Question

A certain genetic characteristic of a particular plant can appear in one of three forms (phenotypes). A researcher has developed a theory, according to which the hypothesized proportions are p1 = 0.25, p2 = 0.50, and p3 = 0.25. A random sample of 200 plants yields X2 = 4.88. (a) Carry out a test of the null hypothesis that the theory is correct, using level of significance α = 0.05. (Use technology. Round your answer to four decimal places.) P-value = State the conclusion in the problem context. Fail to reject H0. There is convincing evidence that the researcher's theory is incorrect. Reject H0. There is not convincing evidence that the researcher's theory is incorrect. Fail to reject H0. There is not convincing evidence that the researcher's theory is incorrect. Reject H0. There is convincing evidence that the researcher's theory is incorrect. (b) Suppose that a random sample of 300 plants had resulted in the same value of X2. How would your analysis and conclusion differ from those in part (a)? The previous analysis did not yield a significant result and the null hypothesis failed to be rejected. The new analysis would yield a significant result and the null hypothesis would be rejected. The analysis and conclusion would not change. The previous analysis yielded a significant result and the null hypothesis was rejected. The new analysis would not yield a significant result and the null hypothesis would fail to be rejected.
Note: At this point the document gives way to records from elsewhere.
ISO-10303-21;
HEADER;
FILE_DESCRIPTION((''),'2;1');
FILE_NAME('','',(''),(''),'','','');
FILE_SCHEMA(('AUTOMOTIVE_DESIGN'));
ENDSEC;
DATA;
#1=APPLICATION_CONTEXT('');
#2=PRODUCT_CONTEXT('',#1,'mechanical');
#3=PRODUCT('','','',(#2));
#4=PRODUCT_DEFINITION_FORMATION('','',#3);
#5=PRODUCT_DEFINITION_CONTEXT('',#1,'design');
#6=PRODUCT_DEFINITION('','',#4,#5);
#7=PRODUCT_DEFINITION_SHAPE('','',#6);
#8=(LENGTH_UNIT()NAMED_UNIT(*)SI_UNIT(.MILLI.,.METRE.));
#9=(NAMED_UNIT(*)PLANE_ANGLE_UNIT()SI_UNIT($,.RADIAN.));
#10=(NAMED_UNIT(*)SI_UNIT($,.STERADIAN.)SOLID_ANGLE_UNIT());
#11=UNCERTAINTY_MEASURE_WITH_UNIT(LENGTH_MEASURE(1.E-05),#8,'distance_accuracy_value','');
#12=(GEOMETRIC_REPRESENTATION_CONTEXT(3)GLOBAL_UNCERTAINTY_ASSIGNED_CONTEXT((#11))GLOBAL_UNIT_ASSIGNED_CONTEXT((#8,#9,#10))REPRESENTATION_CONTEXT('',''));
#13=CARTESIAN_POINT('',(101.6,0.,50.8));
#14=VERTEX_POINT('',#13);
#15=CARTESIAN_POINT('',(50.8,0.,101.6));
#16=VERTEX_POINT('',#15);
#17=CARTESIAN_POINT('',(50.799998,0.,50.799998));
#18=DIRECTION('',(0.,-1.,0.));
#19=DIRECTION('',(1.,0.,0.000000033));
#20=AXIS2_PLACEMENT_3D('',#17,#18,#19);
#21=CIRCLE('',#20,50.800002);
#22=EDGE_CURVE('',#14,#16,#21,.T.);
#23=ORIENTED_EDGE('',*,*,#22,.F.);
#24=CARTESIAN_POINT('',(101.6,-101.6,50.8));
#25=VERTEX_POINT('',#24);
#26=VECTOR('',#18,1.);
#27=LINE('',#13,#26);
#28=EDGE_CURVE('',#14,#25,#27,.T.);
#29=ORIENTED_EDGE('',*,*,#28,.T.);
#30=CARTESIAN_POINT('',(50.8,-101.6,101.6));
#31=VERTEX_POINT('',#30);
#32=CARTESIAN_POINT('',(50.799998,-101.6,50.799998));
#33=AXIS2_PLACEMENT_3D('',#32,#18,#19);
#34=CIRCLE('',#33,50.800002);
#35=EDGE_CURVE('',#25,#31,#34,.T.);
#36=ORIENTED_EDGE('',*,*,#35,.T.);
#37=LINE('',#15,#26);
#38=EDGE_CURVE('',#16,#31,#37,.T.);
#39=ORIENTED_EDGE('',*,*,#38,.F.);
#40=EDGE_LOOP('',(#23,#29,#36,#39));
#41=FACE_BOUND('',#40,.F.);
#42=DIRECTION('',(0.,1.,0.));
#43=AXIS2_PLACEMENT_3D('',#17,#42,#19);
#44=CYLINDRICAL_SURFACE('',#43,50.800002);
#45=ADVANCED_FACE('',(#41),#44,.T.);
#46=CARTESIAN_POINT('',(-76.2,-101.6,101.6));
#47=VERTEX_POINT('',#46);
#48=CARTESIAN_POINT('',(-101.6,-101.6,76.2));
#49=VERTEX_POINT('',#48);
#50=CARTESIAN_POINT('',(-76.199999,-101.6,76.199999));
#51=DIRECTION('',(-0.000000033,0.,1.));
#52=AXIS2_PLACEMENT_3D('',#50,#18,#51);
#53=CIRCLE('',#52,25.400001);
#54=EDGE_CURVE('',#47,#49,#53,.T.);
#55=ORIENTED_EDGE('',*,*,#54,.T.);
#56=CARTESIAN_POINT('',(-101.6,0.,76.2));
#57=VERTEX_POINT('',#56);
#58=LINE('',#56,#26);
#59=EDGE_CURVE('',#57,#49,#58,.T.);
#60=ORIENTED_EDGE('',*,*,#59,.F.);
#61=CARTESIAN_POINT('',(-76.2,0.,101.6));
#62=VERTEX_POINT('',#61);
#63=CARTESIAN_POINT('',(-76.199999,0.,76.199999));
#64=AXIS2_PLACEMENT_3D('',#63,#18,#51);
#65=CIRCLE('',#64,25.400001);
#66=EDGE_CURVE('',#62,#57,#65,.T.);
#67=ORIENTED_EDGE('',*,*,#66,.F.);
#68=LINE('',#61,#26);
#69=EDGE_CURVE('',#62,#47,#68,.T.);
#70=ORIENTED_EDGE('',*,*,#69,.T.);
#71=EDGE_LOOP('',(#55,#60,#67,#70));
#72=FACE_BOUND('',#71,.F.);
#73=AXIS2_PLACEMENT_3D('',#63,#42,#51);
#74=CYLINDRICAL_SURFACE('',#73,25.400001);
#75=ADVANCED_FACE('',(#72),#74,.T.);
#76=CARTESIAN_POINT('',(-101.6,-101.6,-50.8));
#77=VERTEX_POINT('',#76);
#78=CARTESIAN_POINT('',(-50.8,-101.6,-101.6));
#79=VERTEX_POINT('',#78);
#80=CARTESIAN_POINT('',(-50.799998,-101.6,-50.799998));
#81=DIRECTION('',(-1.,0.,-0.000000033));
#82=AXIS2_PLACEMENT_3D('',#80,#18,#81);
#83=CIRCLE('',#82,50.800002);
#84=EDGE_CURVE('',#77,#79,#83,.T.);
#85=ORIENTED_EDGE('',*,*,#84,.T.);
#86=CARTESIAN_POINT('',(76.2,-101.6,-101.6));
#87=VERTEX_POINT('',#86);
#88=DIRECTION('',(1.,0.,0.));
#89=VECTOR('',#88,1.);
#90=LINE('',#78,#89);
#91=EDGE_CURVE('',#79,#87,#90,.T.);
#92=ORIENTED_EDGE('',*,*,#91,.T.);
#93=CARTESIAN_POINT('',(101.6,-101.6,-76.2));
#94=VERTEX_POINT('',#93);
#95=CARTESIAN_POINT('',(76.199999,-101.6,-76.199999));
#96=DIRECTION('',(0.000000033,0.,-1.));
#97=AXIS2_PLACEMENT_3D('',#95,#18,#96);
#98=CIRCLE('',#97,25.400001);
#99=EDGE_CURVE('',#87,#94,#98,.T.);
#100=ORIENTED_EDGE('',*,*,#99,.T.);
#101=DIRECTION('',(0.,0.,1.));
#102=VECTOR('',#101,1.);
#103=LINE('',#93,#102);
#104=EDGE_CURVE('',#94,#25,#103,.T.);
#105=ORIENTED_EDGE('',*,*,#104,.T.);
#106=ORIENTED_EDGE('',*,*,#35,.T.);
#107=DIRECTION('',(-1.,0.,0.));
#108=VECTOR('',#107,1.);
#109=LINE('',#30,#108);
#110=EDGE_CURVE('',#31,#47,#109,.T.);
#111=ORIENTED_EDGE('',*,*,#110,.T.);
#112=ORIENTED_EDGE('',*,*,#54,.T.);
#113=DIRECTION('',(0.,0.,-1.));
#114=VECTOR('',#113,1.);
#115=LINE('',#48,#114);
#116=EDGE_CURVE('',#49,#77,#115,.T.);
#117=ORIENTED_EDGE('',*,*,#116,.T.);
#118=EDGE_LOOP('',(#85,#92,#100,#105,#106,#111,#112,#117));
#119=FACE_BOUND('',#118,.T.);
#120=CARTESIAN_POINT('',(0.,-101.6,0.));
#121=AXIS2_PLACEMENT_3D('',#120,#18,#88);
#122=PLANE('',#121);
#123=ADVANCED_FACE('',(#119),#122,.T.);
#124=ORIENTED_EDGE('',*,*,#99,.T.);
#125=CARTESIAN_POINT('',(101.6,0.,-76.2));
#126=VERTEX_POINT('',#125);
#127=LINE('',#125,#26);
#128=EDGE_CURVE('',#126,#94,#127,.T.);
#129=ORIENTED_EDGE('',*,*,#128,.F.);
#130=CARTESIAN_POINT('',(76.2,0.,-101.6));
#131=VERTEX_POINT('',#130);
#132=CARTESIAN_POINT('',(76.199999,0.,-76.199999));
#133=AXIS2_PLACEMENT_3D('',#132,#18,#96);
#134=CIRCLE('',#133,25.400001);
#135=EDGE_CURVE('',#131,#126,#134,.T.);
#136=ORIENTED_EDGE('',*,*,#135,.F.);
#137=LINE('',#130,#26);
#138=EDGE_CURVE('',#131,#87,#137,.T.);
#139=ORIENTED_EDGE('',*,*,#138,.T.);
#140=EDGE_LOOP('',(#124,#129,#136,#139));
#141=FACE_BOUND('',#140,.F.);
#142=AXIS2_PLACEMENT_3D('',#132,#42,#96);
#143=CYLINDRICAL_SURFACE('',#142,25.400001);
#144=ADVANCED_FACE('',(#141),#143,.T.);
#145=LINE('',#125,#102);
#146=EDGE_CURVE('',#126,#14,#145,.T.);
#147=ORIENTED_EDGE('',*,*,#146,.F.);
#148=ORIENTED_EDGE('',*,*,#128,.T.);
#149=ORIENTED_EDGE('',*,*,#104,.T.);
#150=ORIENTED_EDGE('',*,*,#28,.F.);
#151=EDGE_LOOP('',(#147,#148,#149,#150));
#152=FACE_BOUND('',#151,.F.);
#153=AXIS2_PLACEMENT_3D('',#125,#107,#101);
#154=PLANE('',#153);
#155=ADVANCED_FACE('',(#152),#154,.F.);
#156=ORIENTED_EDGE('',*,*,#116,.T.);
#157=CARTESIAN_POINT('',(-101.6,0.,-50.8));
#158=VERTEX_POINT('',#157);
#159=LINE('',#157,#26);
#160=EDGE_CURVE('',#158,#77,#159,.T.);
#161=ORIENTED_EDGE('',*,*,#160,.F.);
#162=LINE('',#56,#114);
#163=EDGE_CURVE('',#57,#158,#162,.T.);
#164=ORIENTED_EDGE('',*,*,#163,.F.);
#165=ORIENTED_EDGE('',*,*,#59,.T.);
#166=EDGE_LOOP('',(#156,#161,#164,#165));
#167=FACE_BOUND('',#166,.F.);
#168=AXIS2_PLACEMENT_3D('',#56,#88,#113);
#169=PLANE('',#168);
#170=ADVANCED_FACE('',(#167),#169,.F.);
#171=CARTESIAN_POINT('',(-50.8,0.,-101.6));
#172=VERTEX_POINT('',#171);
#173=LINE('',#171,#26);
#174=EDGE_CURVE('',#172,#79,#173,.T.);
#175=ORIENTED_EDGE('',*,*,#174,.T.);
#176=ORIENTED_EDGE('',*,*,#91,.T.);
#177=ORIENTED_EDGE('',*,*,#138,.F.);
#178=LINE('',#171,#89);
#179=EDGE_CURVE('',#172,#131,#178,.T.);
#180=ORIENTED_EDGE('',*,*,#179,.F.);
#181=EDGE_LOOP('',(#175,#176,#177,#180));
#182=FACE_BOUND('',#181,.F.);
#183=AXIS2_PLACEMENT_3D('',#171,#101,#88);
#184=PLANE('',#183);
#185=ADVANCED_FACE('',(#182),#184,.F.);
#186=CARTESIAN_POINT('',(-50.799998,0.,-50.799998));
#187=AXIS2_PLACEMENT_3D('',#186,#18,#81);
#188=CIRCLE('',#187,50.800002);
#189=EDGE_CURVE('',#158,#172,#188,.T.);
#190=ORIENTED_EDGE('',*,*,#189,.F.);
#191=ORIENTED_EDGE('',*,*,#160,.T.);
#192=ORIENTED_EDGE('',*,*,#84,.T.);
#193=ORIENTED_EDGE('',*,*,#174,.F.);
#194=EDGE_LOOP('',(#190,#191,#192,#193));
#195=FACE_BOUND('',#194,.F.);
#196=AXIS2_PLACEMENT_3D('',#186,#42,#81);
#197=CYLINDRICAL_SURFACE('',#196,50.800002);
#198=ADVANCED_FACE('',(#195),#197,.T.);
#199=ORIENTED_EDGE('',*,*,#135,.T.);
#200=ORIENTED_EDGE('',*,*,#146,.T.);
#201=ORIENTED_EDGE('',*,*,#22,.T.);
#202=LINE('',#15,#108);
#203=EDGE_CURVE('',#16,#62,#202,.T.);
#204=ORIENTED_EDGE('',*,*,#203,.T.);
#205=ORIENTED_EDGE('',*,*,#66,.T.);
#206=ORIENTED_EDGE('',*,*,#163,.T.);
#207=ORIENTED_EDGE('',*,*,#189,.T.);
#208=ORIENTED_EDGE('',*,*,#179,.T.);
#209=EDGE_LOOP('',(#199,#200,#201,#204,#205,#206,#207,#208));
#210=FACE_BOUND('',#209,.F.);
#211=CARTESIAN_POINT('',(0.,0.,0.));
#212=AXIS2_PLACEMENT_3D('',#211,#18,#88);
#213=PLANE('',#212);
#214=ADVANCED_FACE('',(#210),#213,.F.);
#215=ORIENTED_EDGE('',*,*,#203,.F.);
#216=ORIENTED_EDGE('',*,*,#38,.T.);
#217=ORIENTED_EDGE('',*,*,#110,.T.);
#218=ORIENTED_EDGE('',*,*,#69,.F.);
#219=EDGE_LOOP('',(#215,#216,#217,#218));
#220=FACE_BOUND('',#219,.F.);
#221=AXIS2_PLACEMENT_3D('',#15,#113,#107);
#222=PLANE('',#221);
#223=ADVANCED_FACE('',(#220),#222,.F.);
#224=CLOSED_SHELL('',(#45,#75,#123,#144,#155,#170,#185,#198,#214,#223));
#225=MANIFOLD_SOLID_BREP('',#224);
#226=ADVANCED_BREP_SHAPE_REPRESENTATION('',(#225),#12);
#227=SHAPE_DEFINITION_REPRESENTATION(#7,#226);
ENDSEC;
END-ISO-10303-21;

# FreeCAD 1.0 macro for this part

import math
import FreeCAD as App
import Part
import Sketcher

V = App.Vector
Q = App.Units.Quantity

doc = App.newDocument("Part")
body = doc.addObject("PartDesign::Body", "Body")

sketch1 = body.newObject("Sketcher::SketchObject", "Sketch")
sketch1.AttachmentSupport = (doc.getObject("XZ_Plane"), [""])
sketch1.MapMode = "FlatFace"
sketch1.addGeometry([
    Part.LineSegment(V(51, 102, 0), V(-76, 102, 0)),
    Part.ArcOfCircle(Part.Circle(V(-76, 76, 0), V(0, 0, 1), 25), math.radians(90), math.radians(180)),
    Part.LineSegment(V(-102, 76, 0), V(-102, -51, 0)),
    Part.ArcOfCircle(Part.Circle(V(-51, -51, 0), V(0, 0, 1), 51), math.radians(-180), math.radians(-90)),
    Part.LineSegment(V(-51, -102, 0), V(76, -102, 0)),
    Part.ArcOfCircle(Part.Circle(V(76, -76, 0), V(0, 0, 1), 25), math.radians(-90), math.radians(0)),
    Part.LineSegment(V(102, -76, 0), V(102, 51, 0)),
    Part.ArcOfCircle(Part.Circle(V(51, 51, 0), V(0, 0, 1), 51), math.radians(0), math.radians(90)),
], False)
sketch1.addConstraint([
    Sketcher.Constraint("Tangent", 0, 2, 1, 1),
    Sketcher.Constraint("Tangent", 1, 2, 2, 1),
    Sketcher.Constraint("Tangent", 2, 2, 3, 1),
    Sketcher.Constraint("Tangent", 3, 2, 4, 1),
    Sketcher.Constraint("Tangent", 4, 2, 5, 1),
    Sketcher.Constraint("Tangent", 5, 2, 6, 1),
    Sketcher.Constraint("Tangent", 6, 2, 7, 1),
    Sketcher.Constraint("Tangent", 7, 2, 0, 1),
    Sketcher.Constraint("Horizontal", 0),
    Sketcher.Constraint("Vertical", 2),
    Sketcher.Constraint("Horizontal", 4),
    Sketcher.Constraint("Vertical", 6),
    Sketcher.Constraint("Equal", 1, 5),
    Sketcher.Constraint("Equal", 3, 7),
    Sketcher.Constraint("Symmetric", 1, 3, 5, 3, -1, 1),
    Sketcher.Constraint("Equal", 4, 2),
    Sketcher.Constraint("Radius", 1, Q("1 in")),
    Sketcher.Constraint("Radius", 3, Q("2.0000001 in")),
    Sketcher.Constraint("DistanceX", 0, 2, 0, 1, Q("5 in")),
])
pad1 = body.newObject("PartDesign::Pad", "Pad")
pad1.Profile = sketch1
pad1.Length = Q("4 in")

doc.recompute()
please also eaplain how do you calculate the number expected

Answer 1

(a) Carry out a test of the null hypothesis that the theory is correct, using level of significance α = 0.05. (Use technology. Round your answer to four decimal places.) P-value = 0.0872

State the conclusion in the problem context.

Fail to reject H0. There is not convincing evidence that the researcher's theory is incorrect.

(b) Suppose that a random sample of 300 plants had resulted in the same value of X2. How would your analysis and conclusion differ from those in part (a)?

The analysis and conclusion would not change.

Irrespective of the numbers, the statistic takes into consideration only the number of classes(in this case 3) and hence, the degrees of freedom for is the same in both the instances.

please also explain how do you calculate the number expected

The expected values(frequencies) are obtained by multiplying the total by the Hypothesized proportions.

For example, when the number of plants are 200, the expected counts will be for the first phenotype=200*0.25=50,For the second phenotype it is 200*0.5=100 and for the third it is 200*0.25=50.